* _What to produce_: Write down each entry again, exactly as it reads.

* _Exercise inputs_:
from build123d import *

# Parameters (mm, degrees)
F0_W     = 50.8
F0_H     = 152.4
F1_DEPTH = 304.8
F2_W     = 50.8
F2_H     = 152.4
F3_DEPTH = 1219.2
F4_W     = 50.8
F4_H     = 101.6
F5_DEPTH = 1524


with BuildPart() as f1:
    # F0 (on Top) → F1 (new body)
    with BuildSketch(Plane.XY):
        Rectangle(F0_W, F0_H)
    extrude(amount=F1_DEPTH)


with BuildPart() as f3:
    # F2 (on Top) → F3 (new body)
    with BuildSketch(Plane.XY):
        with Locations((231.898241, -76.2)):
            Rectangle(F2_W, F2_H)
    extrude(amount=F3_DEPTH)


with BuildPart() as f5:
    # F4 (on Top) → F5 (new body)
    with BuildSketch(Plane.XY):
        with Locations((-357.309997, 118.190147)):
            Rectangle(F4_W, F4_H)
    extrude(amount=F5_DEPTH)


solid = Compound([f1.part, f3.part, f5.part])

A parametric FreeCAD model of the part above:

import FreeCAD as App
import Part
import Sketcher
Q = App.Units.Quantity

doc = App.newDocument("Part")
body = doc.addObject("PartDesign::Body", "Body")

# Sketch on XY plane
sketch1 = body.newObject("Sketcher::SketchObject", "Sketch")
sketch1.AttachmentSupport = (doc.getObject("XY_Plane"), [""])
sketch1.MapMode = "FlatFace"
sketch1.addGeometry([
    Part.LineSegment(App.Vector(-25, 76, 0), App.Vector(-25, -76, 0)),
    Part.LineSegment(App.Vector(-25, -76, 0), App.Vector(25, -76, 0)),
    Part.LineSegment(App.Vector(25, -76, 0), App.Vector(25, 76, 0)),
    Part.LineSegment(App.Vector(25, 76, 0), App.Vector(-25, 76, 0)),
], False)
sketch1.addConstraint([
    Sketcher.Constraint("Coincident", 0, 2, 1, 1),
    Sketcher.Constraint("Coincident", 1, 2, 2, 1),
    Sketcher.Constraint("Coincident", 2, 2, 3, 1),
    Sketcher.Constraint("Coincident", 3, 2, 0, 1),
    Sketcher.Constraint("Vertical", 0),
    Sketcher.Constraint("Horizontal", 1),
    Sketcher.Constraint("Vertical", 2),
    Sketcher.Constraint("Horizontal", 3),
    Sketcher.Constraint("Symmetric", 0, 2, 2, 2, -1, 1),
    Sketcher.Constraint("DistanceX", 1, 1, 1, 2, Q("2 in")),
    Sketcher.Constraint("DistanceY", 0, 2, 0, 1, Q("6 in")),
])
pad1 = body.newObject("PartDesign::Pad", "Pad")
pad1.Profile = sketch1
pad1.Length = Q("12 in")
body2 = doc.addObject("PartDesign::Body", "Body001")

# Sketch on XY plane
sketch2 = body2.newObject("Sketcher::SketchObject", "Sketch001")
sketch2.AttachmentSupport = (doc.getObject("XY_Plane001"), [""])
sketch2.MapMode = "FlatFace"
sketch2.addGeometry([
    Part.LineSegment(App.Vector(206, 0, 0), App.Vector(206, -152, 0)),
    Part.LineSegment(App.Vector(206, -152, 0), App.Vector(257, -152, 0)),
    Part.LineSegment(App.Vector(257, -152, 0), App.Vector(257, 0, 0)),
    Part.LineSegment(App.Vector(257, 0, 0), App.Vector(206, 0, 0)),
], False)
sketch2.addConstraint([
    Sketcher.Constraint("Coincident", 0, 2, 1, 1),
    Sketcher.Constraint("Coincident", 1, 2, 2, 1),
    Sketcher.Constraint("Coincident", 2, 2, 3, 1),
    Sketcher.Constraint("Coincident", 3, 2, 0, 1),
    Sketcher.Constraint("Vertical", 0),
    Sketcher.Constraint("Horizontal", 1),
    Sketcher.Constraint("Vertical", 2),
    Sketcher.Constraint("Horizontal", 3),
    Sketcher.Constraint("PointOnObject", 2, 2, -1),
    Sketcher.Constraint("DistanceX", 1, 1, 1, 2, Q("2 in")),
    Sketcher.Constraint("DistanceY", 0, 2, 0, 1, Q("6 in")),
    Sketcher.Constraint("DistanceX", -1, 1, 0, 2, Q("206.498241 mm")),
])
pad2 = body2.newObject("PartDesign::Pad", "Pad001")
pad2.Profile = sketch2
pad2.Length = Q("48 in")
body3 = doc.addObject("PartDesign::Body", "Body002")

# Sketch on XY plane
sketch3 = body3.newObject("Sketcher::SketchObject", "Sketch002")
sketch3.AttachmentSupport = (doc.getObject("XY_Plane002"), [""])
sketch3.MapMode = "FlatFace"
sketch3.addGeometry([
    Part.LineSegment(App.Vector(-383, 169, 0), App.Vector(-383, 67, 0)),
    Part.LineSegment(App.Vector(-383, 67, 0), App.Vector(-332, 67, 0)),
    Part.LineSegment(App.Vector(-332, 67, 0), App.Vector(-332, 169, 0)),
    Part.LineSegment(App.Vector(-332, 169, 0), App.Vector(-383, 169, 0)),
], False)
sketch3.addConstraint([
    Sketcher.Constraint("Coincident", 0, 2, 1, 1),
    Sketcher.Constraint("Coincident", 1, 2, 2, 1),
    Sketcher.Constraint("Coincident", 2, 2, 3, 1),
    Sketcher.Constraint("Coincident", 3, 2, 0, 1),
    Sketcher.Constraint("Vertical", 0),
    Sketcher.Constraint("Horizontal", 1),
    Sketcher.Constraint("Vertical", 2),
    Sketcher.Constraint("Horizontal", 3),
    Sketcher.Constraint("DistanceX", 1, 1, 1, 2, Q("2 in")),
    Sketcher.Constraint("DistanceY", 0, 2, 0, 1, Q("4 in")),
    Sketcher.Constraint("DistanceX", 0, 2, -1, 1, Q("382.709997 mm")),
    Sketcher.Constraint("DistanceY", -1, 1, 0, 2, Q("67.390147 mm")),
])
pad3 = body3.newObject("PartDesign::Pad", "Pad002")
pad3.Profile = sketch3
pad3.Length = Q("60 in")

doc.recompute()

* _Result of the task_:
from build123d import *

# Parameters (mm, degrees)
F0_W     = 50.8
F0_H     = 152.4
F1_DEPTH = 304.8
F2_W     = 50.8
F2_H     = 152.4
F3_DEPTH = 1219.2
F4_W     = 50.8
F4_H     = 101.6
F5_DEPTH = 1524


with BuildPart() as f1:
    # F0 (on Top) → F1 (new body)
    with BuildSketch(Plane.XY):
        Rectangle(F0_W, F0_H)
    extrude(amount=F1_DEPTH)


with BuildPart() as f3:
    # F2 (on Top) → F3 (new body)
    with BuildSketch(Plane.XY):
        with Locations((231.898241, -76.2)):
            Rectangle(F2_W, F2_H)
    extrude(amount=F3_DEPTH)


with BuildPart() as f5:
    # F4 (on Top) → F5 (new body)
    with BuildSketch(Plane.XY):
        with Locations((-357.309997, 118.190147)):
            Rectangle(F4_W, F4_H)
    extrude(amount=F5_DEPTH)


solid = Compound([f1.part, f3.part, f5.part])

A parametric FreeCAD model of the part above:

import FreeCAD as App
import Part
import Sketcher
Q = App.Units.Quantity

doc = App.newDocument("Part")
body = doc.addObject("PartDesign::Body", "Body")

# Sketch on XY plane
sketch1 = body.newObject("Sketcher::SketchObject", "Sketch")
sketch1.AttachmentSupport = (doc.getObject("XY_Plane"), [""])
sketch1.MapMode = "FlatFace"
sketch1.addGeometry([
    Part.LineSegment(App.Vector(-25, 76, 0), App.Vector(-25, -76, 0)),
    Part.LineSegment(App.Vector(-25, -76, 0), App.Vector(25, -76, 0)),
    Part.LineSegment(App.Vector(25, -76, 0), App.Vector(25, 76, 0)),
    Part.LineSegment(App.Vector(25, 76, 0), App.Vector(-25, 76, 0)),
], False)
sketch1.addConstraint([
    Sketcher.Constraint("Coincident", 0, 2, 1, 1),
    Sketcher.Constraint("Coincident", 1, 2, 2, 1),
    Sketcher.Constraint("Coincident", 2, 2, 3, 1),
    Sketcher.Constraint("Coincident", 3, 2, 0, 1),
    Sketcher.Constraint("Vertical", 0),
    Sketcher.Constraint("Horizontal", 1),
    Sketcher.Constraint("Vertical", 2),
    Sketcher.Constraint("Horizontal", 3),
    Sketcher.Constraint("Symmetric", 0, 2, 2, 2, -1, 1),
    Sketcher.Constraint("DistanceX", 1, 1, 1, 2, Q("2 in")),
    Sketcher.Constraint("DistanceY", 0, 2, 0, 1, Q("6 in")),
])
pad1 = body.newObject("PartDesign::Pad", "Pad")
pad1.Profile = sketch1
pad1.Length = Q("12 in")
body2 = doc.addObject("PartDesign::Body", "Body001")

# Sketch on XY plane
sketch2 = body2.newObject("Sketcher::SketchObject", "Sketch001")
sketch2.AttachmentSupport = (doc.getObject("XY_Plane001"), [""])
sketch2.MapMode = "FlatFace"
sketch2.addGeometry([
    Part.LineSegment(App.Vector(206, 0, 0), App.Vector(206, -152, 0)),
    Part.LineSegment(App.Vector(206, -152, 0), App.Vector(257, -152, 0)),
    Part.LineSegment(App.Vector(257, -152, 0), App.Vector(257, 0, 0)),
    Part.LineSegment(App.Vector(257, 0, 0), App.Vector(206, 0, 0)),
], False)
sketch2.addConstraint([
    Sketcher.Constraint("Coincident", 0, 2, 1, 1),
    Sketcher.Constraint("Coincident", 1, 2, 2, 1),
    Sketcher.Constraint("Coincident", 2, 2, 3, 1),
    Sketcher.Constraint("Coincident", 3, 2, 0, 1),
    Sketcher.Constraint("Vertical", 0),
    Sketcher.Constraint("Horizontal", 1),
    Sketcher.Constraint("Vertical", 2),
    Sketcher.Constraint("Horizontal", 3),
    Sketcher.Constraint("PointOnObject", 2, 2, -1),
    Sketcher.Constraint("DistanceX", 1, 1, 1, 2, Q("2 in")),
    Sketcher.Constraint("DistanceY", 0, 2, 0, 1, Q("6 in")),
    Sketcher.Constraint("DistanceX", -1, 1, 0, 2, Q("206.498241 mm")),
])
pad2 = body2.newObject("PartDesign::Pad", "Pad001")
pad2.Profile = sketch2
pad2.Length = Q("48 in")
body3 = doc.addObject("PartDesign::Body", "Body002")

# Sketch on XY plane
sketch3 = body3.newObject("Sketcher::SketchObject", "Sketch002")
sketch3.AttachmentSupport = (doc.getObject("XY_Plane002"), [""])
sketch3.MapMode = "FlatFace"
sketch3.addGeometry([
    Part.LineSegment(App.Vector(-383, 169, 0), App.Vector(-383, 67, 0)),
    Part.LineSegment(App.Vector(-383, 67, 0), App.Vector(-332, 67, 0)),
    Part.LineSegment(App.Vector(-332, 67, 0), App.Vector(-332, 169, 0)),
    Part.LineSegment(App.Vector(-332, 169, 0), App.Vector(-383, 169, 0)),
], False)
sketch3.addConstraint([
    Sketcher.Constraint("Coincident", 0, 2, 1, 1),
    Sketcher.Constraint("Coincident", 1, 2, 2, 1),
    Sketcher.Constraint("Coincident", 2, 2, 3, 1),
    Sketcher.Constraint("Coincident", 3, 2, 0, 1),
    Sketcher.Constraint("Vertical", 0),
    Sketcher.Constraint("Horizontal", 1),
    Sketcher.Constraint("Vertical", 2),
    Sketcher.Constraint("Horizontal", 3),
    Sketcher.Constraint("DistanceX", 1, 1, 1, 2, Q("2 in")),
    Sketcher.Constraint("DistanceY", 0, 2, 0, 1, Q("4 in")),
    Sketcher.Constraint("DistanceX", 0, 2, -1, 1, Q("382.709997 mm")),
    Sketcher.Constraint("DistanceY", -1, 1, 0, 2, Q("67.390147 mm")),
])
pad3 = body3.newObject("PartDesign::Pad", "Pad002")
pad3.Profile = sketch3
pad3.Length = Q("60 in")

doc.recompute()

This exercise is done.